Common treatments for CCMs may include:
- Observation. If the cavernous malformation is not causing symptoms or have not bled, the doctor may only want to keep an eye on it through regular brain scans. The neurologist will determine how frequently patients should undergo MRI scans to monitor the lesions. Patients may be advised to be vigilant with monitoring changes on symptoms.
- Medications. When the cavernous malformation causes symptoms, doctors may initially try medications to manage them. Specific drugs may be prescribed to alleviate symptoms such as headaches and seizures. However, some anti-seizure medications are not recommended for pregnant women.
- Counseling. The key to managing the disease properly is having experienced counselors to help patients cope with stress and worry.
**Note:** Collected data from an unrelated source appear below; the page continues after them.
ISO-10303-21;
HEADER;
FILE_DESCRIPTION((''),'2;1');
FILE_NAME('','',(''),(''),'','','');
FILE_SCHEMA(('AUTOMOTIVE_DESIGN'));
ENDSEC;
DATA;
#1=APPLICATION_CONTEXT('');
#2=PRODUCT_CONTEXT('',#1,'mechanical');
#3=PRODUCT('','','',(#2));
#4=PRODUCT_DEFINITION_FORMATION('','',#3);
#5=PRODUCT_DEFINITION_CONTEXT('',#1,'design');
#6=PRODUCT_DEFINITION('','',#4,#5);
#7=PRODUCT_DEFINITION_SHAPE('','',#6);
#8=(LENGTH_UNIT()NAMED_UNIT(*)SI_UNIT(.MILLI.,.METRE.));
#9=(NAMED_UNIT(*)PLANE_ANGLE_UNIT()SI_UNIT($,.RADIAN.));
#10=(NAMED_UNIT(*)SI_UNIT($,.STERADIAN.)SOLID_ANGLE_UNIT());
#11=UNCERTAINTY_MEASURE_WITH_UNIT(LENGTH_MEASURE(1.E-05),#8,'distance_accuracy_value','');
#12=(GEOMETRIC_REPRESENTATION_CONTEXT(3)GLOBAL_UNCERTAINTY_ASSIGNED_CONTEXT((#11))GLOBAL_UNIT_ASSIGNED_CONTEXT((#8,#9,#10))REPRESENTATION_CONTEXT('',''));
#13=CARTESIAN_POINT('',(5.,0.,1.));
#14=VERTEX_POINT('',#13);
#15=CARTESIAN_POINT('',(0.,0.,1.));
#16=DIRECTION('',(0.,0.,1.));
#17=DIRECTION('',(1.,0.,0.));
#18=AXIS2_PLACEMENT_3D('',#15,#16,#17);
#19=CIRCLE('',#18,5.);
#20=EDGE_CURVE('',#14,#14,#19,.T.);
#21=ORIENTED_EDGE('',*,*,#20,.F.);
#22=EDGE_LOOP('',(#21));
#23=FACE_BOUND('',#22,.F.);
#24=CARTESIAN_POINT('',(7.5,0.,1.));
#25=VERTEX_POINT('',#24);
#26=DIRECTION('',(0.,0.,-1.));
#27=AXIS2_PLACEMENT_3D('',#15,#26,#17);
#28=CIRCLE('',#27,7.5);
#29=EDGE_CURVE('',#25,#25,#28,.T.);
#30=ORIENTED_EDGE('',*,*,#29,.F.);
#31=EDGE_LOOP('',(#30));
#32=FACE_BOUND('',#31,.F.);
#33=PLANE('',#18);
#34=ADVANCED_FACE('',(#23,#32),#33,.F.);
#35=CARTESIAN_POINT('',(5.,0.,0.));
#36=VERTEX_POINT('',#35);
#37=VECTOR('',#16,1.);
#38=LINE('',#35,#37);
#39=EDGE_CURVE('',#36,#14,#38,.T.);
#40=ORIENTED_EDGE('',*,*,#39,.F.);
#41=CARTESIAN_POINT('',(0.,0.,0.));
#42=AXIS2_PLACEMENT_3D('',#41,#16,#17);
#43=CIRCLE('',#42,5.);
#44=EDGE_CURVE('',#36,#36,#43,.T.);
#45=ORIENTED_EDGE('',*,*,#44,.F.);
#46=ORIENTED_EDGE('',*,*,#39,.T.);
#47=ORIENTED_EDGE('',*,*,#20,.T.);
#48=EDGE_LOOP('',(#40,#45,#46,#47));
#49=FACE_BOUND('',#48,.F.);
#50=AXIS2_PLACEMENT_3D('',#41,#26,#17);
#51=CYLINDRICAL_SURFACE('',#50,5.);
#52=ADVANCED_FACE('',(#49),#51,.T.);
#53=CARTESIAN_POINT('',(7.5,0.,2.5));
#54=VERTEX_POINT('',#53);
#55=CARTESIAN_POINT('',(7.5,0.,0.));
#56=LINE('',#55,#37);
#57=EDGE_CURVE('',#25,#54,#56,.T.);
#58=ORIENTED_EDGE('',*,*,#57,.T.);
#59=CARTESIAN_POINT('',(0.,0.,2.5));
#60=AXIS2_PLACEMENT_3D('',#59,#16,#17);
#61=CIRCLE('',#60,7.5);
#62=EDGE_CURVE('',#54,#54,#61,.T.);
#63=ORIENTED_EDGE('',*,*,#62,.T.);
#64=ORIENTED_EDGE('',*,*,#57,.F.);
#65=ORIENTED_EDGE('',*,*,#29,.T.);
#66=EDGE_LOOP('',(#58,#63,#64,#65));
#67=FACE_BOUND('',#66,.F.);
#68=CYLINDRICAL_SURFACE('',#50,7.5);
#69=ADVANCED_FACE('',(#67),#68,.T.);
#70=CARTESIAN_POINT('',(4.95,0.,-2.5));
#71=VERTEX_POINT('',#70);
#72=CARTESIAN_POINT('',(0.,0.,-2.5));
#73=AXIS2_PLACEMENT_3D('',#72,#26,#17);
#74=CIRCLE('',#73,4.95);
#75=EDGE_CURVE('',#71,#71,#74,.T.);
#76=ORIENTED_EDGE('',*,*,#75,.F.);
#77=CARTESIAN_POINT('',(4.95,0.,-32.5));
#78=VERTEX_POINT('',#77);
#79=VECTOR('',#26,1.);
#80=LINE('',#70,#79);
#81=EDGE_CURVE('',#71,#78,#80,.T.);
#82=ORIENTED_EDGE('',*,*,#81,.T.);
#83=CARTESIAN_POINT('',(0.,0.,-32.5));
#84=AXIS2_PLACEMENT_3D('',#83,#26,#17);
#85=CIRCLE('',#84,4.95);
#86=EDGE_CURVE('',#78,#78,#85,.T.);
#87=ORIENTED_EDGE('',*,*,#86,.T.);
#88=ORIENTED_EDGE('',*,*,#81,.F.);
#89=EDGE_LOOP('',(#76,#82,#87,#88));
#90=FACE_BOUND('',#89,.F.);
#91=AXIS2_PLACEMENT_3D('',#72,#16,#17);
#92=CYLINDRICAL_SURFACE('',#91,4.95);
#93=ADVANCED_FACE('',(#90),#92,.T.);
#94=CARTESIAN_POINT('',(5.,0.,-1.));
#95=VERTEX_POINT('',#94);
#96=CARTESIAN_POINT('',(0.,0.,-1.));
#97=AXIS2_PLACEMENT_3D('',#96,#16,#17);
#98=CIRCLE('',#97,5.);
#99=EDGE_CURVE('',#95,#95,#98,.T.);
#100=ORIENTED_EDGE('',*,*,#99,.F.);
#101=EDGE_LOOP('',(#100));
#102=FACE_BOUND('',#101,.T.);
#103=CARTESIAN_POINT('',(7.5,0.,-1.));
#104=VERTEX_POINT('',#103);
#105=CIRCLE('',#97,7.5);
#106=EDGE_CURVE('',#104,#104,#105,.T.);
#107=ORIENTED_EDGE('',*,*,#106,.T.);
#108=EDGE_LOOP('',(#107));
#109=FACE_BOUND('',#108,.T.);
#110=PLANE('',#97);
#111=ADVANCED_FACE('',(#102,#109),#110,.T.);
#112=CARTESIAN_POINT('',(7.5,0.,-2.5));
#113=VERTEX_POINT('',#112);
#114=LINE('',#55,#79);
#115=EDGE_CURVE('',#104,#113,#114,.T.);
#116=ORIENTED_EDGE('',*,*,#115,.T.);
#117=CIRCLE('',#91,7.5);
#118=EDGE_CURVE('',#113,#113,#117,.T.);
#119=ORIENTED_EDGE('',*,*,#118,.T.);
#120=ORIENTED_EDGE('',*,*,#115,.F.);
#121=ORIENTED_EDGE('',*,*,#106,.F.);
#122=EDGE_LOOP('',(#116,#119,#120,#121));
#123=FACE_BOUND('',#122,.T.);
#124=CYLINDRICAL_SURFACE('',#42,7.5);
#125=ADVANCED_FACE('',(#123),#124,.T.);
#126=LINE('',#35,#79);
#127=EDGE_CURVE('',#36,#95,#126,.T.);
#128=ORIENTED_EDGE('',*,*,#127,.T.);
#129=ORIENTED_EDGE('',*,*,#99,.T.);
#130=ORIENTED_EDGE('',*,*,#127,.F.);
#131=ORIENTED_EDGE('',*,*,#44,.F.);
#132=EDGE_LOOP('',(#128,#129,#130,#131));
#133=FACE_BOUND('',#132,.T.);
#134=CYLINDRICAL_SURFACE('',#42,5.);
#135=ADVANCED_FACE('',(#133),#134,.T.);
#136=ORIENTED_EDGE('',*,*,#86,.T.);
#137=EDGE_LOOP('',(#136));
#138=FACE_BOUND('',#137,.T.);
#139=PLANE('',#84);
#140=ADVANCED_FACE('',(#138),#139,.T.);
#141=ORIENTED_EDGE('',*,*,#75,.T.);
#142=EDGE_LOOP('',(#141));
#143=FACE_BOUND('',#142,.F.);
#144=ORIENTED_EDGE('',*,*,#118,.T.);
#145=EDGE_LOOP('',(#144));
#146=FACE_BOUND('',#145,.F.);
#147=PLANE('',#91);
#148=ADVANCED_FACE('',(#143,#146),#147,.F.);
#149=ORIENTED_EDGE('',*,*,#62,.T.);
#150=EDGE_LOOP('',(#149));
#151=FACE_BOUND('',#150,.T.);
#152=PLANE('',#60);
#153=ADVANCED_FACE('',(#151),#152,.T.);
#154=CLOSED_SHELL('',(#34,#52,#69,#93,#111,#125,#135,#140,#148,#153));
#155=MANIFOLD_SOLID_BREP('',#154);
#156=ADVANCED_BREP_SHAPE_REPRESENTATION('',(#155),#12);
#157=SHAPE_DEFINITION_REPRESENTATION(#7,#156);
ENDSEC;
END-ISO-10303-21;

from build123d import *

# Parameters (mm, degrees)
F0_R          = 7.5
F1_DEPTH      = 2.5
F1_DEPTH_BACK = 2.5
F2_R          = 4.95
F3_DEPTH      = 30
F4_R          = 7.55
F4_R_2        = 5
F5_DEPTH      = 1
F5_DEPTH_BACK = 1


with BuildPart() as f1:
    # F0 (on Top) → F1 (new body, two sides)
    with BuildSketch(Plane.XY) as f1_sk:
        Circle(F0_R)
    extrude(amount=-F1_DEPTH)
    extrude(f1_sk.sketch, amount=F1_DEPTH_BACK)

    # F2 (on face) → F3 (join)
    with BuildSketch(Plane(origin=(0, 0, -2.5), x_dir=(1, 0, 0), z_dir=(0, 0, -1))):
        Circle(F2_R)
    extrude(amount=F3_DEPTH)

    # F4 (on Top) → F5 (cut, two sides)
    with BuildSketch(Plane.XY) as f5_sk:
        Circle(F4_R)
        Circle(F4_R_2, mode=Mode.SUBTRACT)
    extrude(amount=-F5_DEPTH, mode=Mode.SUBTRACT)
    extrude(f5_sk.sketch, amount=F5_DEPTH_BACK, mode=Mode.SUBTRACT)


solid = f1.part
The doctor will discuss various medical issues that may affect a CCM, including lifestyle variables and drugs that may impact a CCM.
- Surgery. For CCMs with symptoms, the main treatment option is surgery to remove the cavernous malformation, especially when the patient had one or more instances of symptomatic bleeding, has developed neurologic issues, or have seizures that cannot be managed with medication. Whether removing the malformation is less disruptive to the brain tissue than the risk of further bleeds will be evaluated by the neurosurgeon.
To prepare for the surgery, the doctor may order a functional MRI, which can monitor blood flow in active regions of the brain. Another technique that may be used is tractography, which can provide a precise mapping of the brain to enhance the success of the surgery.
Generally, the prognosis of cerebral cavernous malformations is determined by a variety of factors, such as their size, growth, and whether or not they induce symptoms.
Potential future treatments
Several drugs are currently under investigation in clinical studies to determine if they can lower the risk of further bleeding without surgery. Various imaging technologies also show potential in enhancing disease prediction and providing more information about an individual’s specific condition. These include quantitative susceptibility mapping (QSM) imaging and permeability imaging with dynamic contrast-enhanced MRI. Relevant clinical trials that are accessible may be discussed with the doctor.